Pediatric atopic dermatitis treatment landscape


Raj Chovatiya, MD, PhD: You both alluded to the changing treatment landscape, and now is a great time to talk about some of the treatment considerations for our pediatric patients with atopic dermatitis. It’s something we all like to discuss when we hang out. To get to this point on caregivers, I think we’ve largely pointed out that caregivers play a huge role in terms of preference in choosing treatment, and as Britt has said so eloquently, depending on the stage of life, in many ways, this is going to be a carer driving the plan. At some point, you begin to transition into people having their own personal freedom to make a choice. You really have to feel what the unique situation is in the context of the clinical encounter. The first question, and I’ll throw this one at you, Peter, is when is treatment usually initiated in pediatric patients with atopic dermatitis? What are the triggers, in your practice or in general, for initiating therapy? When do we say we have to do something here.

Peter A. Lio, MD: I really like the concept of the therapeutic ladder. So for the gentlest patients, and frankly, for everyone else, we always want to start with the lowest rung, which is going to be good skincare in general. So, good hydration, gentle cleansing, and avoidance of known triggers. It all goes with education. For some patients we can’t see them, but in the world that might be all they need. It’s awesome. I would rather not medicalize things that don’t need to be medicalized. We are quite busy. I always tell my patients, you’ll never see my face on a billboard, I never advertise, I have all the stuff I need. I don’t want any more patients. I’d rather the patients be better and not need us. This is part 1. Everyone starts there.

If they still have symptoms, especially itching, but sometimes we know pain can be associated with that as well, then I think we need to do something, at least reactive treatment. It’s sort of the next level up on the rung. Historically, we will use topical corticosteroids because they meet the criteria for an excellent first line. They are very accessible, usually inexpensive, most patients can afford them. They are very reliable. Almost every patient who uses them is going to get a good response. There are some that don’t, obviously, but much better than the alternatives. Finally, the fact is that they can be used safely when we use them correctly. So in a reactive setting, we do it for a bit and then take a break. This will bring another large number of atopic dermatitis patients into the mild range.

What if that wasn’t enough? OK, next ring. Then we start thinking about some of the proactive therapies, or maintenance therapies, and one of my favorite articles was from Professor Andreas Wollenberg in Munich, Germany, where he talked about this idea of ​​proactive treatment with tacrolimus the weekend. He was able to show that by having patients put tacrolimus, one of our calcineurin inhibitors and a non-steroidal agent, on hot spots over the weekend he was able to improve quality of life , to reduce the number of relapses and to reduce overall medication. exposure over time. This is largely taken from the notes on how we treat asthma patients. Obviously, if someone continues to have bad flare-ups, we don’t just continue to treat them. Eventually we see that we need talk therapy. This is where I really think our nonsteroidals can shine, and now we’re lucky to have a few different ones. We have tacrolimus, pimecrolimus, we had crisaborole in 2016, then last year we had topical ruxolitinib. So we finally have some really interesting non-steroidal drugs that we can fit into this role. Personally, I always like to use topical steroids as a first line unless there is a reason not to.

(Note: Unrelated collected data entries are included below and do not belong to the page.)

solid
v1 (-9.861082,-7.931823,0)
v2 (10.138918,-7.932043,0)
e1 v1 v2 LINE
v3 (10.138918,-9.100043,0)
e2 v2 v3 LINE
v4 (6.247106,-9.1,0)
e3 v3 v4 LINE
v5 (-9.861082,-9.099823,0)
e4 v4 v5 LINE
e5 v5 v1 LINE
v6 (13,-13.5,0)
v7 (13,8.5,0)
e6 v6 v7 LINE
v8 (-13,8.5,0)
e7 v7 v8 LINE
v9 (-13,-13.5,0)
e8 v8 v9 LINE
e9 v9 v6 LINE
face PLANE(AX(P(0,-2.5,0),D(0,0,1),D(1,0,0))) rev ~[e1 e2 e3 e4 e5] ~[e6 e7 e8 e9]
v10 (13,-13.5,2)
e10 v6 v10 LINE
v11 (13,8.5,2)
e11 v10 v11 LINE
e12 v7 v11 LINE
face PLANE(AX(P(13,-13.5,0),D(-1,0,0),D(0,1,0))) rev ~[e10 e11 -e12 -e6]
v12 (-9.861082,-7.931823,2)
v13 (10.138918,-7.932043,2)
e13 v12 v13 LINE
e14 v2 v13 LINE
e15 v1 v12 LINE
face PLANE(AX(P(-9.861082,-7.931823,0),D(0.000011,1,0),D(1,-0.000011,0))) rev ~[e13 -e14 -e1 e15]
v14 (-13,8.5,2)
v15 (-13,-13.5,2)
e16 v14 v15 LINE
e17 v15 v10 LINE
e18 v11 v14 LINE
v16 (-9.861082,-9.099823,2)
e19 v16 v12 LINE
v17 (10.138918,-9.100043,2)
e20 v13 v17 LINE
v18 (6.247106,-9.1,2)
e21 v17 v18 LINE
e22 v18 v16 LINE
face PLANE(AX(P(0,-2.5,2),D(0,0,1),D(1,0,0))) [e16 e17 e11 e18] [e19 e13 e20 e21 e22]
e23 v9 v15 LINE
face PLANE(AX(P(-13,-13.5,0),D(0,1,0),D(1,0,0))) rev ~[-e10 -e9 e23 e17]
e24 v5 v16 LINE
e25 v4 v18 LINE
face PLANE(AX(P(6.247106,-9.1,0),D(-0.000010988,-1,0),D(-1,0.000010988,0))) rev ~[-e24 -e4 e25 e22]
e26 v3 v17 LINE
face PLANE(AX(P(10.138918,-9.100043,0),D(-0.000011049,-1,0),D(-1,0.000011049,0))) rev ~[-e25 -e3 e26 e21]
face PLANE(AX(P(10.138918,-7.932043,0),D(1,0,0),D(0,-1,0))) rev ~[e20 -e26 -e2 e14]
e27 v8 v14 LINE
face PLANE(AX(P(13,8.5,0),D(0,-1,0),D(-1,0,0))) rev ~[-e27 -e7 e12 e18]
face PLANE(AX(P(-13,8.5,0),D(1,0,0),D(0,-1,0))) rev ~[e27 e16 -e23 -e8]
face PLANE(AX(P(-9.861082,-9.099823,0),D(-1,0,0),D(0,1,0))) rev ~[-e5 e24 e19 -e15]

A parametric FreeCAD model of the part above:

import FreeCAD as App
import Part
import Sketcher
from FreeCAD import Vector
Q = App.Units.Quantity


def add_polygon(sketch, points):
    """Adds a closed chain of lines whose ends are joined by coincident constraints."""
    first, n = sketch.GeometryCount, len(points)
    for a, b in zip(points, points[1:] + points[:1]):
        sketch.addGeometry(Part.LineSegment(App.Vector(*a, 0), App.Vector(*b, 0)), False)
    for i in range(n):
        sketch.addConstraint(Sketcher.Constraint("Coincident", first + i, 2, first + (i + 1) % n, 1))

doc = App.newDocument("Part")
params = doc.addObject("Spreadsheet::Sheet", "Params")
for row, (alias, value) in enumerate([
    ("sketch1_width", "26 mm"),
    ("sketch1_height", "22 mm"),
    ("sketch1_length", "20 mm"),
    ("pad1_length", "2 mm"),
], start=1):
    params.set(f"A{row}", alias)
    params.set(f"B{row}", "=" + value)
    params.setAlias(f"B{row}", alias)

body = doc.addObject("PartDesign::Body", "Body")

# Sketch on XY plane
sketch1 = body.newObject("Sketcher::SketchObject", "Sketch")
sketch1.AttachmentSupport = (doc.getObject("XY_Plane"), [""])
sketch1.MapMode = "FlatFace"
add_polygon(sketch1, [(13, 8.5), (-13, 8.5), (-13, -13.5), (13, -13.5)])  # lines 0-3
add_polygon(sketch1, [(10.1, -7.9), (10.1, -9.1), (6.2, -9.1), (-9.9, -9.1), (-9.9, -7.9)])  # lines 4-8
sketch1.addConstraint(Sketcher.Constraint("Horizontal", 0))
sketch1.addConstraint(Sketcher.Constraint("Vertical", 1))
sketch1.addConstraint(Sketcher.Constraint("Horizontal", 2))
sketch1.addConstraint(Sketcher.Constraint("Vertical", 3))
sketch1.addConstraint(Sketcher.Constraint("Vertical", 4))
sketch1.addConstraint(Sketcher.Constraint("Vertical", 7))
sketch1.addConstraint(Sketcher.Constraint("Parallel", 5, 6))
sketch1.addConstraint(Sketcher.Constraint("Parallel", 6, 8))
sketch1.addConstraint(Sketcher.Constraint("DistanceX", 0, 2, 0, 1, Q("26 mm")))
sketch1.addConstraint(Sketcher.Constraint("DistanceY", 1, 2, 1, 1, Q("22 mm")))
sketch1.addConstraint(Sketcher.Constraint("Distance", 8, Q("20 mm")))
sketch1.addConstraint(Sketcher.Constraint("DistanceX", 0, 2, -1, 1, Q("13 mm")))
sketch1.addConstraint(Sketcher.Constraint("DistanceY", -1, 1, 0, 2, Q("8.5 mm")))
sketch1.addConstraint(Sketcher.Constraint("DistanceY", 5, 2, -1, 1, Q("9.1 mm")))
sketch1.addConstraint(Sketcher.Constraint("DistanceY", 4, 2, 4, 1, Q("1.168 mm")))
sketch1.addConstraint(Sketcher.Constraint("Distance", 6, Q("16.108188 mm")))
sketch1.addConstraint(Sketcher.Constraint("DistanceX", 4, 2, 2, 2, Q("2.861082 mm")))
sketch1.addConstraint(Sketcher.Constraint("DistanceY", 4, 2, 6, 2, Q("0.00022 mm")))
sketch1.setExpression("Constraints[17]", "Params.sketch1_width")
sketch1.setExpression("Constraints[18]", "Params.sketch1_height")
sketch1.setExpression("Constraints[19]", "Params.sketch1_length")
pad1 = body.newObject("PartDesign::Pad", "Pad")
pad1.Profile = sketch1
pad1.setExpression("Length", "Params.pad1_length")

doc.recompute()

What if that wasn’t enough? Well, we’re getting into the bigger guns. We’re starting to talk about systemic therapies, and now we have a lot of options. We have our biologics, we have our JAK inhibitors, and of course we have phototherapy, which is one of my favorite things to do when possible. Then, of course, we have our traditional immunosuppressive drugs that we’ve been using for a long time, as Dr. Craiglow mentioned earlier.

Raj Chovatiya, MD, PhD: Very nice overview. I think we’ll break it down one by one and talk a bit about some of these categories that you mentioned before I talk about some of these non-pharmacological approaches that I think we don’t honestly hear and talk about not close enough because these people may not even reach us in practice.